_Requirement_: A verbatim transcript of the lines below, starting at the first and ending with the one that holds "#10=(NAMED_UNIT(*)SI_UNIT($,.STERADIAN.)SOLID_ANGLE_UNIT());", is what should be produced.
[[ Study material open ]]
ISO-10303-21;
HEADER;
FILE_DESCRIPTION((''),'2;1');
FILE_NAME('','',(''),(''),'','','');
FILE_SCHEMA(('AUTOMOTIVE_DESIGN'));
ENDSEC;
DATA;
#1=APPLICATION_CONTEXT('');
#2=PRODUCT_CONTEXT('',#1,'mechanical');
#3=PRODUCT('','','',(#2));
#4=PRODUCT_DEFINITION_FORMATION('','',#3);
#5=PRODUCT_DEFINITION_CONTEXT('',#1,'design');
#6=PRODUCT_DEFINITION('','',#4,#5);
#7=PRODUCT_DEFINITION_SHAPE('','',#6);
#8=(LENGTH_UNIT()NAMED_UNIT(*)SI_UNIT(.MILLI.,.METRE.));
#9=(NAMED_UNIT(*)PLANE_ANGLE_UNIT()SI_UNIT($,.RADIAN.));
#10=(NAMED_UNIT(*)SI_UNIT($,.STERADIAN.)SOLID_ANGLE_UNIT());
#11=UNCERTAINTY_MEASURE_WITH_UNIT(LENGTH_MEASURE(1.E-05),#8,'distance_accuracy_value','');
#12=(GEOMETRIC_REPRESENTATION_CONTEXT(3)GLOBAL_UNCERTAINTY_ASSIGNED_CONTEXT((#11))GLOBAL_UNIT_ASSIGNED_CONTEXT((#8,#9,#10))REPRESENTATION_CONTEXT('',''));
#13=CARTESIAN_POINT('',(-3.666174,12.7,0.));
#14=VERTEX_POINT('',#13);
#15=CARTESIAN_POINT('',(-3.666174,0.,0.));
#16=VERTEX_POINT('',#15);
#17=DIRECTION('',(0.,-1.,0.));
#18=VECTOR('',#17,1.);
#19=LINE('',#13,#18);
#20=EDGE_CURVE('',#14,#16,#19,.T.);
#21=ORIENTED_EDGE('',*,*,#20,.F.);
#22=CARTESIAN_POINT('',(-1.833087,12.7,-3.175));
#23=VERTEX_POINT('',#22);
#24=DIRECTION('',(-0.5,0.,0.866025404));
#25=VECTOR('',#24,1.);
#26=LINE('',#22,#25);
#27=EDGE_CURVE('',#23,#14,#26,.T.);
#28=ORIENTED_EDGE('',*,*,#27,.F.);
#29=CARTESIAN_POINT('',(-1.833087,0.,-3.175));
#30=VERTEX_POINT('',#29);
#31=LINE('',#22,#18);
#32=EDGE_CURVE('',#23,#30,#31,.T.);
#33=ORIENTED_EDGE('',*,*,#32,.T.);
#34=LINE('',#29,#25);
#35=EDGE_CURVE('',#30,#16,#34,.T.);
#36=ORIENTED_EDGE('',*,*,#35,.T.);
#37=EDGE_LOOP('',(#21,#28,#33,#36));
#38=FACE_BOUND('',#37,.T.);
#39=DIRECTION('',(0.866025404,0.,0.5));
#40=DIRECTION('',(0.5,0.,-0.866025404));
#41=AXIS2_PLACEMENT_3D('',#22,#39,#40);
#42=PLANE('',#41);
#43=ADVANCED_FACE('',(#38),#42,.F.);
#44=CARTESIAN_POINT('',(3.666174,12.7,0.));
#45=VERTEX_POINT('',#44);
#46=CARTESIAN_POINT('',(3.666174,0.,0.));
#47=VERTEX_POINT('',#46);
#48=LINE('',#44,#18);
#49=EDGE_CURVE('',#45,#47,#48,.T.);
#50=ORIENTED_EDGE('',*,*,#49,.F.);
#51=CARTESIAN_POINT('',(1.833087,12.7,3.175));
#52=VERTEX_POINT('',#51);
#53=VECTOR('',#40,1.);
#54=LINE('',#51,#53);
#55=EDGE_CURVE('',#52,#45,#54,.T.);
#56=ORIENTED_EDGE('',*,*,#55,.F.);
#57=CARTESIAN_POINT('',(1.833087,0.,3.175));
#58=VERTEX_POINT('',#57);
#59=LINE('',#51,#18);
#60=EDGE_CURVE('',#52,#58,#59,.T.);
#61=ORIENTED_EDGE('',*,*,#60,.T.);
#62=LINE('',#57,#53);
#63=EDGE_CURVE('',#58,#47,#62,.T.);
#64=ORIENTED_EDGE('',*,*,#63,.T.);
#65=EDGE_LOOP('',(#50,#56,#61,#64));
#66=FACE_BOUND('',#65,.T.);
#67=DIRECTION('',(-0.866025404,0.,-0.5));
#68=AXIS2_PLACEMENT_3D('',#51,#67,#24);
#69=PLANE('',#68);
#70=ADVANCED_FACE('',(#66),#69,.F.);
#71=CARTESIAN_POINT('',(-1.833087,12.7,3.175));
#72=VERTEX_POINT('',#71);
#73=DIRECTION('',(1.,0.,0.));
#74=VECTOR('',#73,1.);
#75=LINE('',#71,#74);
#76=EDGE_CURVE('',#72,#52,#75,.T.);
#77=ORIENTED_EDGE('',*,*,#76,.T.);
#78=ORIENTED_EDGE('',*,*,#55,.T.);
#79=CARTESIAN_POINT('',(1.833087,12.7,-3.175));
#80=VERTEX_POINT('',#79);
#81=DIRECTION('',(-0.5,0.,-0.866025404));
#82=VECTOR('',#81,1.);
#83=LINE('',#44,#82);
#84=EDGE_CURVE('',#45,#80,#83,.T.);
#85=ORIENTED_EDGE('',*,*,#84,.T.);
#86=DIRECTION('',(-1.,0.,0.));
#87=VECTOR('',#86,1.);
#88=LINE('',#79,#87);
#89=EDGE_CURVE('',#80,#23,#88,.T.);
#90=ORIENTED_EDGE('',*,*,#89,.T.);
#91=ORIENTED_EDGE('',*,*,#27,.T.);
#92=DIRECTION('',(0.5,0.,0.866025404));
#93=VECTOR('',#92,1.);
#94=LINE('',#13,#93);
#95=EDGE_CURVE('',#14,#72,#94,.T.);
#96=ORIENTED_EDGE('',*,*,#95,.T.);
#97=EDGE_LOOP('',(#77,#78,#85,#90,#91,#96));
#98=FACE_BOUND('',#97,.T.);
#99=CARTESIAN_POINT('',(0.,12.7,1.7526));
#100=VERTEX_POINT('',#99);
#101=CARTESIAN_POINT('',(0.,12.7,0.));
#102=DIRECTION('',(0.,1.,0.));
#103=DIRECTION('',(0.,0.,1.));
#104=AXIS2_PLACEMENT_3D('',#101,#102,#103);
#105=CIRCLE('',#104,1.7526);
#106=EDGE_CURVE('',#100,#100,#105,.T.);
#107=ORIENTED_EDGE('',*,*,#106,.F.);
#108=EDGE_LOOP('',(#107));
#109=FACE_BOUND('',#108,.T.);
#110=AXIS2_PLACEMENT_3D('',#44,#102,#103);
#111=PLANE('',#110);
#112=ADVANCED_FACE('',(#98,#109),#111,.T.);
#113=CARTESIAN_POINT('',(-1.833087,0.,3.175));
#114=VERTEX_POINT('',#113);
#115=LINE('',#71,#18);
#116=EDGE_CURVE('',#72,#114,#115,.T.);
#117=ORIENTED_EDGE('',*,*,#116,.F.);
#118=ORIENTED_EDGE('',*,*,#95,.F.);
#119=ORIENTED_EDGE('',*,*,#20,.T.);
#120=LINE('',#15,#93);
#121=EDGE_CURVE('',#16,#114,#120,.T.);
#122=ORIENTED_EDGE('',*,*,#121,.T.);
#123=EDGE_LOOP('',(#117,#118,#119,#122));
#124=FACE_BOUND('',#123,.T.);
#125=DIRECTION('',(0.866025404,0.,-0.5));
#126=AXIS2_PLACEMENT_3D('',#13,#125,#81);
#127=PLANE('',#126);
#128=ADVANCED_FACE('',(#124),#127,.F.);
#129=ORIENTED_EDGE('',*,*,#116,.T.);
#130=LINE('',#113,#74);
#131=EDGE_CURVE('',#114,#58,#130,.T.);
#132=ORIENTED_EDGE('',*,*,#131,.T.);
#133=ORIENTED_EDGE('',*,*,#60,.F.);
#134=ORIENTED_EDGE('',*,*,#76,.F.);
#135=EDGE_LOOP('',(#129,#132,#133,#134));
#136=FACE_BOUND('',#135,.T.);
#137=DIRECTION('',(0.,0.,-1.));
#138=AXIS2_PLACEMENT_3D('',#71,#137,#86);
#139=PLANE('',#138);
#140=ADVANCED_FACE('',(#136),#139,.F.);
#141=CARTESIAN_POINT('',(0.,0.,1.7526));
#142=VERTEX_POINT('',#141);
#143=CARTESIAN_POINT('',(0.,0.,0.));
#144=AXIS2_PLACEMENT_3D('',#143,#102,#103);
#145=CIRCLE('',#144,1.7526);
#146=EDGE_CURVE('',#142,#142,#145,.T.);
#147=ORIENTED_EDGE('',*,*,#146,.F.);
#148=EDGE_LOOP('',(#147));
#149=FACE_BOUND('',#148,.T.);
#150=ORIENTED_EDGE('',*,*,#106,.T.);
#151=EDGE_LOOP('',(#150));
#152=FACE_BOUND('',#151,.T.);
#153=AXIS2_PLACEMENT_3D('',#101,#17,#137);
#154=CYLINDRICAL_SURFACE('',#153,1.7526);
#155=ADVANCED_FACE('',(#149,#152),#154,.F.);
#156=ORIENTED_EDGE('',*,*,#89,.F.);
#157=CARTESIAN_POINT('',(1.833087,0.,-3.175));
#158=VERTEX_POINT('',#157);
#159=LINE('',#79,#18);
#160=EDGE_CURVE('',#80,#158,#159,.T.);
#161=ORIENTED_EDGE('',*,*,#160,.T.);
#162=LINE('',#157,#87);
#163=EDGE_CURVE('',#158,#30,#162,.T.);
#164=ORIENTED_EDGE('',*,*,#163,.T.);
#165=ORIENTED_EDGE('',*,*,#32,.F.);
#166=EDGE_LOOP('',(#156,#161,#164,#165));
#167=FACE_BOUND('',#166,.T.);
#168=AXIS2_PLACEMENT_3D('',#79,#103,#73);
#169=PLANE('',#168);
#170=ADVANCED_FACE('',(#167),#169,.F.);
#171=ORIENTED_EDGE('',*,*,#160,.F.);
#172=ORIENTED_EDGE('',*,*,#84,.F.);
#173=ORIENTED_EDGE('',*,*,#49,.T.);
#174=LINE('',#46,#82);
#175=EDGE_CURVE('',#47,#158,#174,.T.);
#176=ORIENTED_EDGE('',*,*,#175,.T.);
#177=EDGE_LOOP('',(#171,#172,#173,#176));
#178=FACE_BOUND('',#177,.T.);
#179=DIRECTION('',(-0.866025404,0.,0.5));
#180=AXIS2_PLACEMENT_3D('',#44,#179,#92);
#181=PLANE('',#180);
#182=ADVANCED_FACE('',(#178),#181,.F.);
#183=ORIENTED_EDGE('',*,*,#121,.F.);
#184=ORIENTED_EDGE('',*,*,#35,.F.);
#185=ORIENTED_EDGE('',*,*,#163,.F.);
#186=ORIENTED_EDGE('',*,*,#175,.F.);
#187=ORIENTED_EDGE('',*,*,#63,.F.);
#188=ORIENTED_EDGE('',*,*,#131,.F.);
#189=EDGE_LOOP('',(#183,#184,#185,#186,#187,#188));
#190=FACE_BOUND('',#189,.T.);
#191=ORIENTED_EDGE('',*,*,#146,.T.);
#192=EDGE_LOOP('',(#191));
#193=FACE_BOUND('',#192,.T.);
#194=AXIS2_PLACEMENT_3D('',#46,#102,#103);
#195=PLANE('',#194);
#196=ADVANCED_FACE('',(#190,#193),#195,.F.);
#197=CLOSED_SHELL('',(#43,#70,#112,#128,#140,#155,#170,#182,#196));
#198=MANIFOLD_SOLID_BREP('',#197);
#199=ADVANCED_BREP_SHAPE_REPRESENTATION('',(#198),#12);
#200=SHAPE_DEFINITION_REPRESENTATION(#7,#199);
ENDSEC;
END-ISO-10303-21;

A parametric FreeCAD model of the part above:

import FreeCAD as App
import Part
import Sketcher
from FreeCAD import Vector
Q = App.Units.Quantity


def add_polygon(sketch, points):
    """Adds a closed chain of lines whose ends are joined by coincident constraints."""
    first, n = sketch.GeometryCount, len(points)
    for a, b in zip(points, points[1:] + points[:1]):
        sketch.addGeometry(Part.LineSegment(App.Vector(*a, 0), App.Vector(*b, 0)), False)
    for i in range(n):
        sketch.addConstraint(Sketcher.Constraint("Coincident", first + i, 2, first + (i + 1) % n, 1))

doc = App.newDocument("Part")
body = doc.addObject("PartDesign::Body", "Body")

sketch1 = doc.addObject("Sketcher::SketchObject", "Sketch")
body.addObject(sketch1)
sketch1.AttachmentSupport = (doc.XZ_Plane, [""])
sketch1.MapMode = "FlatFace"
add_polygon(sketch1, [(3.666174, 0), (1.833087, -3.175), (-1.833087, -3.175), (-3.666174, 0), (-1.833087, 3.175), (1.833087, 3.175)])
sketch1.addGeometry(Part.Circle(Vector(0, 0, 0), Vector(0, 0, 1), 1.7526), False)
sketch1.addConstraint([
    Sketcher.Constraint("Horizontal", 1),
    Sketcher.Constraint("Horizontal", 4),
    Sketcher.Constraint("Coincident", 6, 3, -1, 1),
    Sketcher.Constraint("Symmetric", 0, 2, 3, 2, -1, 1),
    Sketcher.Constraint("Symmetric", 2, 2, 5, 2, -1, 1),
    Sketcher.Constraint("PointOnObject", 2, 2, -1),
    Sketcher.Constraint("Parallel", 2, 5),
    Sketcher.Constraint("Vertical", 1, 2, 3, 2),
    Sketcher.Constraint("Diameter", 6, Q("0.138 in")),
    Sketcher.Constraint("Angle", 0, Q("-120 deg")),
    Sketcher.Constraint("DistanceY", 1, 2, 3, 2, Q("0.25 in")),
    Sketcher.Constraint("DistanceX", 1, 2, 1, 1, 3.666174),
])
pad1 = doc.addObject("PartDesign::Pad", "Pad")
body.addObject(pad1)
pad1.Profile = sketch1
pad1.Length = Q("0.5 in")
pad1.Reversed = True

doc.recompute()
[[ Study material closed ]]
_Answer box_:
ISO-10303-21;
HEADER;
FILE_DESCRIPTION((''),'2;1');
FILE_NAME('','',(''),(''),'','','');
FILE_SCHEMA(('AUTOMOTIVE_DESIGN'));
ENDSEC;
DATA;
#1=APPLICATION_CONTEXT('');
#2=PRODUCT_CONTEXT('',#1,'mechanical');
#3=PRODUCT('','','',(#2));
#4=PRODUCT_DEFINITION_FORMATION('','',#3);
#5=PRODUCT_DEFINITION_CONTEXT('',#1,'design');
#6=PRODUCT_DEFINITION('','',#4,#5);
#7=PRODUCT_DEFINITION_SHAPE('','',#6);
#8=(LENGTH_UNIT()NAMED_UNIT(*)SI_UNIT(.MILLI.,.METRE.));
#9=(NAMED_UNIT(*)PLANE_ANGLE_UNIT()SI_UNIT($,.RADIAN.));
#10=(NAMED_UNIT(*)SI_UNIT($,.STERADIAN.)SOLID_ANGLE_UNIT());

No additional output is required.